# TASK MATERIAL
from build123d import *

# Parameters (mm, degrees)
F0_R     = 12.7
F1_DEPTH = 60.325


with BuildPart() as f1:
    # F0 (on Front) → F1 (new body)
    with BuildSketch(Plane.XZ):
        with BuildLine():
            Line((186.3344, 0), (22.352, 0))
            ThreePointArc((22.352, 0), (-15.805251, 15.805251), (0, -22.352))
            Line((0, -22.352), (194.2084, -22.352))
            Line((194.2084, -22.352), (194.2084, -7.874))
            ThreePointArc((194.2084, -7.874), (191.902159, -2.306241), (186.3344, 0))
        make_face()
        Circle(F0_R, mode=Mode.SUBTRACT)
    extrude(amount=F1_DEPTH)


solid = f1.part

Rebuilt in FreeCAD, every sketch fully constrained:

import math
import FreeCAD as App
import Part
import Sketcher
from FreeCAD import Vector
Q = App.Units.Quantity

doc = App.newDocument("Part")
body = doc.addObject("PartDesign::Body", "Body")

sketch1 = doc.addObject("Sketcher::SketchObject", "Sketch")
body.addObject(sketch1)
sketch1.AttachmentSupport = (doc.XZ_Plane, [""])
sketch1.MapMode = "FlatFace"
sketch1.addGeometry([
    Part.LineSegment(Vector(186.3344, 0, 0), Vector(22.352, 0, 0)),
    Part.ArcOfCircle(Part.Circle(Vector(0, 0, 0), Vector(0, 0, 1), 22.352), math.radians(0), math.radians(270)),
    Part.LineSegment(Vector(0, -22.352, 0), Vector(194.2084, -22.352, 0)),
    Part.LineSegment(Vector(194.2084, -22.352, 0), Vector(194.2084, -7.874, 0)),
    Part.ArcOfCircle(Part.Circle(Vector(186.334401, -7.873999, 0), Vector(0, 0, 1), 7.873999), math.radians(-0.000005), math.radians(90.000005)),
    Part.Circle(Vector(0, 0, 0), Vector(0, 0, 1), 12.7),
], False)
sketch1.addConstraint([
    Sketcher.Constraint("Coincident", 0, 2, 1, 1),
    Sketcher.Constraint("Tangent", 1, 2, 2, 1),
    Sketcher.Constraint("Coincident", 2, 2, 3, 1),
    Sketcher.Constraint("Tangent", 3, 2, 4, 1),
    Sketcher.Constraint("Tangent", 4, 2, 0, 1),
    Sketcher.Constraint("Horizontal", 0),
    Sketcher.Constraint("Horizontal", 2),
    Sketcher.Constraint("Vertical", 3),
    Sketcher.Constraint("Coincident", 1, 3, -1, 1),
    Sketcher.Constraint("Coincident", 5, 3, -1, 1),
    Sketcher.Constraint("PointOnObject", 0, 2, -1),
    Sketcher.Constraint("Diameter", 5, Q("1 in")),
    Sketcher.Constraint("Radius", 1, Q("0.88 in")),
    Sketcher.Constraint("Radius", 4, Q("0.31 in")),
    Sketcher.Constraint("DistanceX", 0, 2, 0, 1, Q("6.456 in")),
])
pad1 = doc.addObject("PartDesign::Pad", "Pad")
body.addObject(pad1)
pad1.Profile = sketch1
pad1.Length = Q("2.375 in")

doc.recompute()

# WHAT THE TASK REQUIRES
Transcribe the full listing, matching it exactly.

# EXERCISE SOLUTION
from build123d import *

# Parameters (mm, degrees)
F0_R     = 12.7
F1_DEPTH = 60.325


with BuildPart() as f1:
    # F0 (on Front) → F1 (new body)
    with BuildSketch(Plane.XZ):
        with BuildLine():
            Line((186.3344, 0), (22.352, 0))
            ThreePointArc((22.352, 0), (-15.805251, 15.805251), (0, -22.352))
            Line((0, -22.352), (194.2084, -22.352))
            Line((194.2084, -22.352), (194.2084, -7.874))
            ThreePointArc((194.2084, -7.874), (191.902159, -2.306241), (186.3344, 0))
        make_face()
        Circle(F0_R, mode=Mode.SUBTRACT)
    extrude(amount=F1_DEPTH)


solid = f1.part

Rebuilt in FreeCAD, every sketch fully constrained:

import math
import FreeCAD as App
import Part
import Sketcher
from FreeCAD import Vector
Q = App.Units.Quantity

doc = App.newDocument("Part")
body = doc.addObject("PartDesign::Body", "Body")

sketch1 = doc.addObject("Sketcher::SketchObject", "Sketch")
body.addObject(sketch1)
sketch1.AttachmentSupport = (doc.XZ_Plane, [""])
sketch1.MapMode = "FlatFace"
sketch1.addGeometry([
    Part.LineSegment(Vector(186.3344, 0, 0), Vector(22.352, 0, 0)),
    Part.ArcOfCircle(Part.Circle(Vector(0, 0, 0), Vector(0, 0, 1), 22.352), math.radians(0), math.radians(270)),
    Part.LineSegment(Vector(0, -22.352, 0), Vector(194.2084, -22.352, 0)),
    Part.LineSegment(Vector(194.2084, -22.352, 0), Vector(194.2084, -7.874, 0)),
    Part.ArcOfCircle(Part.Circle(Vector(186.334401, -7.873999, 0), Vector(0, 0, 1), 7.873999), math.radians(-0.000005), math.radians(90.000005)),
    Part.Circle(Vector(0, 0, 0), Vector(0, 0, 1), 12.7),
], False)
sketch1.addConstraint([
    Sketcher.Constraint("Coincident", 0, 2, 1, 1),
    Sketcher.Constraint("Tangent", 1, 2, 2, 1),
    Sketcher.Constraint("Coincident", 2, 2, 3, 1),
    Sketcher.Constraint("Tangent", 3, 2, 4, 1),
    Sketcher.Constraint("Tangent", 4, 2, 0, 1),
    Sketcher.Constraint("Horizontal", 0),
    Sketcher.Constraint("Horizontal", 2),
    Sketcher.Constraint("Vertical", 3),
    Sketcher.Constraint("Coincident", 1, 3, -1, 1),
    Sketcher.Constraint("Coincident", 5, 3, -1, 1),
    Sketcher.Constraint("PointOnObject", 0, 2, -1),
    Sketcher.Constraint("Diameter", 5, Q("1 in")),
    Sketcher.Constraint("Radius", 1, Q("0.88 in")),
    Sketcher.Constraint("Radius", 4, Q("0.31 in")),
    Sketcher.Constraint("DistanceX", 0, 2, 0, 1, Q("6.456 in")),
])
pad1 = doc.addObject("PartDesign::Pad", "Pad")
body.addObject(pad1)
pad1.Profile = sketch1
pad1.Length = Q("2.375 in")

doc.recompute()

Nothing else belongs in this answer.